Mimbar Mahasiswa Solopos, Selasa (19/5/2015), ditulis Ichwanuddin Buchori. Penulis adalah mahasiswa Fakultas Ekonomi dan Bisnis Universitas Muhammadiyah Surakarta.

Solopos.com, SOLO — Bahtiar Rizal Ainunnidhom di rubrik Mimbar Mahasiswa Solopos edisi selasa 12 Mei 2015 menyajikan esai bermuatan refleksi tentang penulis besar Indonesia Pramoedya Ananta Toer dengan judul Masih Adakah Tempat untuk Pram?

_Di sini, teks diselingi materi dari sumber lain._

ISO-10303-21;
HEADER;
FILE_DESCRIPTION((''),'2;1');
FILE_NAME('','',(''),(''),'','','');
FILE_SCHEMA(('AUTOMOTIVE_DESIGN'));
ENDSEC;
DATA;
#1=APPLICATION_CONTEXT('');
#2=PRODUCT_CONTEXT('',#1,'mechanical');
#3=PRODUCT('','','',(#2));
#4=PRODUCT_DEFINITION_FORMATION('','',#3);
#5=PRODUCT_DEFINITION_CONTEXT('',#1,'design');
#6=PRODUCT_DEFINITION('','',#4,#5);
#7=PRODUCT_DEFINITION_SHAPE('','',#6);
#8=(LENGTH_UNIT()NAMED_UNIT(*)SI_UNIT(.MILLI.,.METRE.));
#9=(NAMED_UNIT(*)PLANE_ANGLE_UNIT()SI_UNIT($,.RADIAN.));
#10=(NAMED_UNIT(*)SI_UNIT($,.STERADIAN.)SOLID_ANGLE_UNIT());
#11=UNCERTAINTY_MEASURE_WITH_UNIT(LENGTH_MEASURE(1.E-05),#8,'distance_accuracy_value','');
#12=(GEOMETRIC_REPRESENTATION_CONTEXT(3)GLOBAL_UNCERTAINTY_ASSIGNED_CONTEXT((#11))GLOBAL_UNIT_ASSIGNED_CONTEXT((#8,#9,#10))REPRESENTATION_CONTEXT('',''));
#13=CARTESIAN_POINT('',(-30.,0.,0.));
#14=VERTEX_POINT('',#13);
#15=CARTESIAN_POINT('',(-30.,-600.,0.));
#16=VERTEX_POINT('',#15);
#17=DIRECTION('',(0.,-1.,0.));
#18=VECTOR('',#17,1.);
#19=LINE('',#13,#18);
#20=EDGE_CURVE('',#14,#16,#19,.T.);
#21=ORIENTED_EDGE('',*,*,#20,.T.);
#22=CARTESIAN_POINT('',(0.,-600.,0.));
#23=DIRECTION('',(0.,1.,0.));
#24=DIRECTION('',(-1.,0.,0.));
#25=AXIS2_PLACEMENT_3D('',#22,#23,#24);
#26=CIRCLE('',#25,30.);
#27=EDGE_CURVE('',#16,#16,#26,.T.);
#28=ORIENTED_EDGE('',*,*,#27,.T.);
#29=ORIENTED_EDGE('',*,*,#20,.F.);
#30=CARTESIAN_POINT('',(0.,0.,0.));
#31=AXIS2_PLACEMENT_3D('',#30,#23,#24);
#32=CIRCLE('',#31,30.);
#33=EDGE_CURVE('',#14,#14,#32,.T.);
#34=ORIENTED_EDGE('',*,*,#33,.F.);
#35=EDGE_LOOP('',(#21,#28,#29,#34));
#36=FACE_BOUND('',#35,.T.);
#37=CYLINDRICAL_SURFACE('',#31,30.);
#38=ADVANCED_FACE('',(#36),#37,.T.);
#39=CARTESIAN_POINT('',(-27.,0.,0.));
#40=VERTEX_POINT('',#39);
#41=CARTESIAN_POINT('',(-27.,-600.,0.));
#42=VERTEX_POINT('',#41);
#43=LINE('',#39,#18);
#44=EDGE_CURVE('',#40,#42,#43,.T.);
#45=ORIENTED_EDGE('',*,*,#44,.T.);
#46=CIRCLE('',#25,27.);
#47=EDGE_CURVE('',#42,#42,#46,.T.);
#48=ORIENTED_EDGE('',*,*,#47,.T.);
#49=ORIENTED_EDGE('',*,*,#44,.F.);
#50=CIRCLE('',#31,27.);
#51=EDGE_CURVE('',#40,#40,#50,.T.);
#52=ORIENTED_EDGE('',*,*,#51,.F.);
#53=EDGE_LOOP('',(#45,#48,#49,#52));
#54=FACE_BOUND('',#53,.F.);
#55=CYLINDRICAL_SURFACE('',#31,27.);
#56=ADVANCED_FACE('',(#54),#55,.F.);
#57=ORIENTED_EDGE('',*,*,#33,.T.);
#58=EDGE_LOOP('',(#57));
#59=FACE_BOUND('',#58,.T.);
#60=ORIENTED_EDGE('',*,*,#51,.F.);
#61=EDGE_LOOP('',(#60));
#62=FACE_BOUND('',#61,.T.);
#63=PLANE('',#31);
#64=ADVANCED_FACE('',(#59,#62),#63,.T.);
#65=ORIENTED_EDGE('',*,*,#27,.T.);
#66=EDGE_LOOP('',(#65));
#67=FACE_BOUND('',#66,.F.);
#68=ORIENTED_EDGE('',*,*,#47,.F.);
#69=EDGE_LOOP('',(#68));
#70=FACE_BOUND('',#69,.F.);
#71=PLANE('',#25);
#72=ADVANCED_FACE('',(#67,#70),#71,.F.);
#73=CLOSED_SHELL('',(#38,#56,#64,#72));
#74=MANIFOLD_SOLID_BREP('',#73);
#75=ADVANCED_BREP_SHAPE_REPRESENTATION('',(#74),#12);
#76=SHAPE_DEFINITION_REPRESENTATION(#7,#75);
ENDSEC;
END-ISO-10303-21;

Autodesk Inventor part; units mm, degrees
ref_plane "YZ Plane" through (0, 0, 0) normal (1, 0, 0) x (0, 1, 0)
ref_plane "XZ Plane" through (0, 0, 0) normal (0, 1, 0) x (-1, 0, 0)
ref_plane "XY Plane" through (0, 0, 0) normal (0, 0, 1) x (1, 0, 0)
sketch "Sketch1" plane through (0, 0, 0) normal (0, 1, 0) x (-1, 0, 0)
  circle A0 centre (0, 0) radius 30
  circle A1 centre (0, 0) radius 27
  dimension "d0" = 60
  dimension "d1" = 3
extrude "Extrusion1" add sketch "Sketch1" against normal blind 600
properties part number "PNS 1773 FDS tube 8" material "Steel"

Promosi Semarang (Kaline) Banjir, Saat Alam Mulai Bosan Bersahabat

Jika kita membahas fenomena di Blora sebagai kota kelahiran Pram, kita hanya punya satu kesimpulan bahwa kita telah melupakan jasa maupun sosok orang besar tesebut. Saya yang lahir dan tumbuh di Sragen cukup mengenal Pram melalui karya-karyanya yang menakjubkan itu.

Saya kira bukan Pram dan karyanya yang terlupakan, tetapi semangat juang dan keberaniannya yang telah ”hilang”. Saya membayangkan sosok Pram berada di hadapan saya.

Ekspedisi Mudik 2024

Saya akan bertanya kepada dia: Bagaimana kabarmu, Pram? Di sini orang-orang membicarakanmu. Karyamu yang penuh perjuangan dalam menciptakan maupun dirimu sendiri sebagai pengarangnya.

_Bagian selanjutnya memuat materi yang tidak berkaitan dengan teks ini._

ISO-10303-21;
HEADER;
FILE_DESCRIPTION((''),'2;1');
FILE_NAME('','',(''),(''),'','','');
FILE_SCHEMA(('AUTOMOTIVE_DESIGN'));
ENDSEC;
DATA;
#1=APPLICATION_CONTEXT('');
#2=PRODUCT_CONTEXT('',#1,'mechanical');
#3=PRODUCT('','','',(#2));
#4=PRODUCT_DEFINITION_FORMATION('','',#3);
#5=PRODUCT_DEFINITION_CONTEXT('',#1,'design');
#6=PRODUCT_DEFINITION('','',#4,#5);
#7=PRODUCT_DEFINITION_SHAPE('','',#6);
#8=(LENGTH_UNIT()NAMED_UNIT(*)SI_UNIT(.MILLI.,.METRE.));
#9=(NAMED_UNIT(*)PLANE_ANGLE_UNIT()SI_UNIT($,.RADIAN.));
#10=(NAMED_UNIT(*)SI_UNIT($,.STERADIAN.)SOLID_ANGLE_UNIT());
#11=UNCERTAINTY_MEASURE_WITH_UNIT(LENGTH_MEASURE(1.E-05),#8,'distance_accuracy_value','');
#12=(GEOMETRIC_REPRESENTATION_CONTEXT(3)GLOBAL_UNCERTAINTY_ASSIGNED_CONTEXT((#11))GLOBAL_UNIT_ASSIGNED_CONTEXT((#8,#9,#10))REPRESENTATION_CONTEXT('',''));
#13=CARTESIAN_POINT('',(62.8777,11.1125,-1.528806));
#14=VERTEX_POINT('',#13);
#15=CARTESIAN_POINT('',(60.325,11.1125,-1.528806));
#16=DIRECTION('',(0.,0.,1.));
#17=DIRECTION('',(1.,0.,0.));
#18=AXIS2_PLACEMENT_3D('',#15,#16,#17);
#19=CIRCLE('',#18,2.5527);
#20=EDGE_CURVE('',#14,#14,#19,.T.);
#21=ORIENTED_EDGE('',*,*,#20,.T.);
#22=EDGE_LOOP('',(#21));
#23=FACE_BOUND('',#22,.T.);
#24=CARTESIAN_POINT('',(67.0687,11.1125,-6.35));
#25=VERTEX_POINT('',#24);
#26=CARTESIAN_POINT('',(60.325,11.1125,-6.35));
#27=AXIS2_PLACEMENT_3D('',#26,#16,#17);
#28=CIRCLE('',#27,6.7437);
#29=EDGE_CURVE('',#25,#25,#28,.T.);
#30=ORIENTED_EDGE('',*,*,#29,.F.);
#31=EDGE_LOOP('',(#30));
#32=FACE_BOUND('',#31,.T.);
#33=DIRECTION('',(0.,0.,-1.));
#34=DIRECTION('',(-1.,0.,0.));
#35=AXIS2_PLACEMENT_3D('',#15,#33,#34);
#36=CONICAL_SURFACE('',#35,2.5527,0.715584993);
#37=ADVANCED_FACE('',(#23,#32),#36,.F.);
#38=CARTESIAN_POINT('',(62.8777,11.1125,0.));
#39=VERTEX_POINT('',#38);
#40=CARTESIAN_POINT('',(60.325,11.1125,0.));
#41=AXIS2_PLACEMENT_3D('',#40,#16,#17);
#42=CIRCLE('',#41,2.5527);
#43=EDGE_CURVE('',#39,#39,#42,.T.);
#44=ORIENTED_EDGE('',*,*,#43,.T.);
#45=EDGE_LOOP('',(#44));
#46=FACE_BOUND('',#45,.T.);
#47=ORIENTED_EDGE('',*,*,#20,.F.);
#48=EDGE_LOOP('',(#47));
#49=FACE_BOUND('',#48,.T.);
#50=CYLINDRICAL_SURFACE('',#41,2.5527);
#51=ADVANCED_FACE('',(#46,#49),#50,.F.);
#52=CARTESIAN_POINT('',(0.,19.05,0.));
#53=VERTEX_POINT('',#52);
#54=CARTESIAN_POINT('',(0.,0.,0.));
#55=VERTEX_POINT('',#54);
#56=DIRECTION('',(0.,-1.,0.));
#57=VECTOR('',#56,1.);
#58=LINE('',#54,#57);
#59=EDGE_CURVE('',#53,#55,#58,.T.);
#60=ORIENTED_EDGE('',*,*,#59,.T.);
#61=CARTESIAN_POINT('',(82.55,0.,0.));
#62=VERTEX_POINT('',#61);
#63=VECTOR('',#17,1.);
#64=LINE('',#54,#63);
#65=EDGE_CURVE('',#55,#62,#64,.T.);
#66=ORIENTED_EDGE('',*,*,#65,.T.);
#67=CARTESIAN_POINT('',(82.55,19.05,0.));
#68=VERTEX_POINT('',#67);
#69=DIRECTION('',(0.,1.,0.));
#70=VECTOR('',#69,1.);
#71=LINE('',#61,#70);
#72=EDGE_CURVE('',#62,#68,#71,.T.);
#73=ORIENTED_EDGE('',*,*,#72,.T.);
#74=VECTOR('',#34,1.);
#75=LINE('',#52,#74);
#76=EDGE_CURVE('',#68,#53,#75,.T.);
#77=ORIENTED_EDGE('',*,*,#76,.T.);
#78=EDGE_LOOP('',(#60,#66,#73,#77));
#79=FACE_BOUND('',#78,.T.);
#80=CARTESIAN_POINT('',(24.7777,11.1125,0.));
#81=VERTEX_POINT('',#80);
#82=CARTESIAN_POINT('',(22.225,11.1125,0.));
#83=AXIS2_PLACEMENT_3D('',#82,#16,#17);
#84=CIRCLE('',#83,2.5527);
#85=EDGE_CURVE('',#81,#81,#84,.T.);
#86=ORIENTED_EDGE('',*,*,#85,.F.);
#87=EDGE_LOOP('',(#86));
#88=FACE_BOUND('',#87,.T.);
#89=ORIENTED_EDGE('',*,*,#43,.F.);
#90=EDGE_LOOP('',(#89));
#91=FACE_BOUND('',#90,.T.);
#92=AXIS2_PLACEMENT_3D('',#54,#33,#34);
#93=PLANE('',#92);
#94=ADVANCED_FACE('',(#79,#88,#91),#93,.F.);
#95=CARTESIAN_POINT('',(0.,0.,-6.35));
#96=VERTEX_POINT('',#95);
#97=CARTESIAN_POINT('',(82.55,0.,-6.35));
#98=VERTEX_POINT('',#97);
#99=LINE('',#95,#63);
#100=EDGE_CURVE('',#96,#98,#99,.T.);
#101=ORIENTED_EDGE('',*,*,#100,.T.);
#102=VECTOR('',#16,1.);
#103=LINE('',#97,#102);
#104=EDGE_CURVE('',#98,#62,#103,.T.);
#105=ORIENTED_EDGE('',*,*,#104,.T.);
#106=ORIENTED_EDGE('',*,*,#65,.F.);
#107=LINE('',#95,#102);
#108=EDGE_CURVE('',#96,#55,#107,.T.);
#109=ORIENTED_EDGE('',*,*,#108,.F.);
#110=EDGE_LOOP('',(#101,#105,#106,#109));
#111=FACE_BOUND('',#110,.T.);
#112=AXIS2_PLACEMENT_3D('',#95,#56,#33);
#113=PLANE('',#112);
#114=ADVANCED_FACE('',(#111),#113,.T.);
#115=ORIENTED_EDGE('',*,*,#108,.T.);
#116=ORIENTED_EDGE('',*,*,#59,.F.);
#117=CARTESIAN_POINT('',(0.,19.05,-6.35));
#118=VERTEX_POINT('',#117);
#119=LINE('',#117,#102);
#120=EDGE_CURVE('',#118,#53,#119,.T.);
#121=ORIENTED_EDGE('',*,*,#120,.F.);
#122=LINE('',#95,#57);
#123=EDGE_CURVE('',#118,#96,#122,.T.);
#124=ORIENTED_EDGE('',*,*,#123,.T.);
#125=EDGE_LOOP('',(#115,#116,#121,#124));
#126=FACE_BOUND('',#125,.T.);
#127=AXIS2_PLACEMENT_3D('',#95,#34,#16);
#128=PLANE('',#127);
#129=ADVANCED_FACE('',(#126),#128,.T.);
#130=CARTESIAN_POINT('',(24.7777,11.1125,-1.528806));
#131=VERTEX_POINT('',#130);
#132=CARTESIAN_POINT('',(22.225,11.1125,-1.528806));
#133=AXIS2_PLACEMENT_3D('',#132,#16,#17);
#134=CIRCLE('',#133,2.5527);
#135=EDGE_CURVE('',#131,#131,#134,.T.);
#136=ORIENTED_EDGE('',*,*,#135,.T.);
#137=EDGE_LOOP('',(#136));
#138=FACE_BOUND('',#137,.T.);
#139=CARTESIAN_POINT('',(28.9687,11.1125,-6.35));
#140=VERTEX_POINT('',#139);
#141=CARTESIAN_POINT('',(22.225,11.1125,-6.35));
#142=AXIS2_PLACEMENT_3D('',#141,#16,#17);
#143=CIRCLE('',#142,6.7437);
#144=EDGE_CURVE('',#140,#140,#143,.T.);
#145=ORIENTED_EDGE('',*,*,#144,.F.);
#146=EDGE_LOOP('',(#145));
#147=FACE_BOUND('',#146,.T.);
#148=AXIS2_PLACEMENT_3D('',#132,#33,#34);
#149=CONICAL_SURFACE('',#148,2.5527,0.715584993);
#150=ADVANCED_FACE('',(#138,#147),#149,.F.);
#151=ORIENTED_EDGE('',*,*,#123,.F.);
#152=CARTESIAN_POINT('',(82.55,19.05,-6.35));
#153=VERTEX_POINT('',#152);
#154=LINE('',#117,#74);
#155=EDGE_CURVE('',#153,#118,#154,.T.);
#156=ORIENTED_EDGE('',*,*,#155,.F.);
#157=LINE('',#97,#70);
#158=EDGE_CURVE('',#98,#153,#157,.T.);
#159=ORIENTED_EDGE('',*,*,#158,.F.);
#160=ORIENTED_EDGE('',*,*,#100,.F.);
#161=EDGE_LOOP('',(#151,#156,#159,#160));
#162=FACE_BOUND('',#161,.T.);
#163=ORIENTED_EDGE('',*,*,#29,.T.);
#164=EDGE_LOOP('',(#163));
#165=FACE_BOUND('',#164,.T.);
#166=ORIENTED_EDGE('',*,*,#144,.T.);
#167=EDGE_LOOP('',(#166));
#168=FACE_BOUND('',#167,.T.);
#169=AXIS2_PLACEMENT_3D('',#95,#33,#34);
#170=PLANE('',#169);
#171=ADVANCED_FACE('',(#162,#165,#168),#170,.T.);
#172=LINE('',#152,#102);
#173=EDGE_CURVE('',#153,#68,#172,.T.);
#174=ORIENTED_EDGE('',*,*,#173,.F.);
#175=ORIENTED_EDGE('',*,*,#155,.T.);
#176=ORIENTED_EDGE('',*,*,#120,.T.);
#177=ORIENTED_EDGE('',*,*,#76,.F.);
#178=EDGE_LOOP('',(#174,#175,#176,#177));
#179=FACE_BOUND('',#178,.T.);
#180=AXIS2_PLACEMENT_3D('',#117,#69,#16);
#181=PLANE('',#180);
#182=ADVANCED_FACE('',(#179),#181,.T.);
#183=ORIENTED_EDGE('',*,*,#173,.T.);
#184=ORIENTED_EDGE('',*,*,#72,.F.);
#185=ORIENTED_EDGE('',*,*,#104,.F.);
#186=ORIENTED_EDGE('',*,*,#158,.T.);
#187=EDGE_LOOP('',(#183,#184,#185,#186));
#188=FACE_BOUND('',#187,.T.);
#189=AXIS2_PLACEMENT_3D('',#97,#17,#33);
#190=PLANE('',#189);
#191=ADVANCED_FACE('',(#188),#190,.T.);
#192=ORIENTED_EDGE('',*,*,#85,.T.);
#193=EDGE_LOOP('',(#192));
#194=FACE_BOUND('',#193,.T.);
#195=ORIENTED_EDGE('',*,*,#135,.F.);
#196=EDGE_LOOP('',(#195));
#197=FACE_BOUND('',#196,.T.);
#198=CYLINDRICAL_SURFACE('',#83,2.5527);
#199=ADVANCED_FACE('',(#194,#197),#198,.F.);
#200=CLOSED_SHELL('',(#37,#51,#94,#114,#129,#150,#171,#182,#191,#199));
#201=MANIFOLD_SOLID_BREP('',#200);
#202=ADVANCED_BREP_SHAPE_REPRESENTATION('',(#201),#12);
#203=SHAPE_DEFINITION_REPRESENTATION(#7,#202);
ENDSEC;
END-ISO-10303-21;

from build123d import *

# Parameters (mm, degrees)
SKETCH1_W                        = 82.55
SKETCH1_H                        = 19.05
BOSS_EXTRUDE1_DEPTH              = 6.35
F_1_4_20_TAPPED_HOLE1_AT_2_COUNT = 2
F_1_4_20_TAPPED_HOLE1_AT_2_PITCH = 38.1


with BuildPart() as part:
    # Sketch1 → Boss-Extrude1 (new body)
    with BuildSketch(Plane.XY):
        with Locations((41.275, 9.525)):
            Rectangle(SKETCH1_W, SKETCH1_H)
    extrude(amount=-BOSS_EXTRUDE1_DEPTH)

    # Sketch3 → 1/4-20 Tapped Hole1 (revolve, cut)
    with BuildSketch(Plane(origin=(22.225, 11.1125, 0), x_dir=(0, -1, 0), z_dir=(1, 0, 0))):
        Polygon((0, 0), (0, 6.35), (6.7437, 6.35), (2.5527, 1.528806005), (2.5527, 0), align=None)
    f_1_4_20_tapped_hole1 = revolve(axis=Axis((22.225, 11.1125, 6.35), (0, 0, -1)), mode=Mode.SUBTRACT)

    # 1/4-20 Tapped Hole1 at 2: 1/4-20 Tapped Hole1 ×2
    with Locations(*[(i * F_1_4_20_TAPPED_HOLE1_AT_2_PITCH, 0, 0) for i in range(1, F_1_4_20_TAPPED_HOLE1_AT_2_COUNT)]):
        add(f_1_4_20_tapped_hole1, mode=Mode.SUBTRACT)


solid = part.part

Saya tak pernah menyangka bisa membaca novelmu yang membuat saya terbayang-bayang isinya. Saya sempat bertanya, bagaimana bisa kau membuat tulisan begitu bagusnya? Jika dibandingkan dengan pengarang sekarang aku tidak menemukan sosok penulis sepertimu.

Berangkat dari keadaan dan lingkungan yang mungkin membuat Pram terinspirasi untuk bergerak. Kehidupan yang keras serta dinginnya lantai penjara menjadi pelengkap ide karya-karya Pram. Perasaan tentang derita bangsa salah satu motif pilihan tema karya sastra Pram.

Pram tak mau bangsanya ditipu dan tak menginginkan kebohongan bertebaran untuk kepentingan kekuasaan semata. Cukup Pram yang menderita asal bangsanyatak diperdaya. Itu mungkin salah satu tekad Pram.

Jika Bahtiar Rizal menanyakan masihkah ada tempat untuk Pram? Saya dengan tegas menjawab: masih. Pram selalu memiliki tempat istimewa dalam relung hati setiap pembaca karya-karya dia. Saya sendiri merasa tak pantas untuk berbicara tentang Pram.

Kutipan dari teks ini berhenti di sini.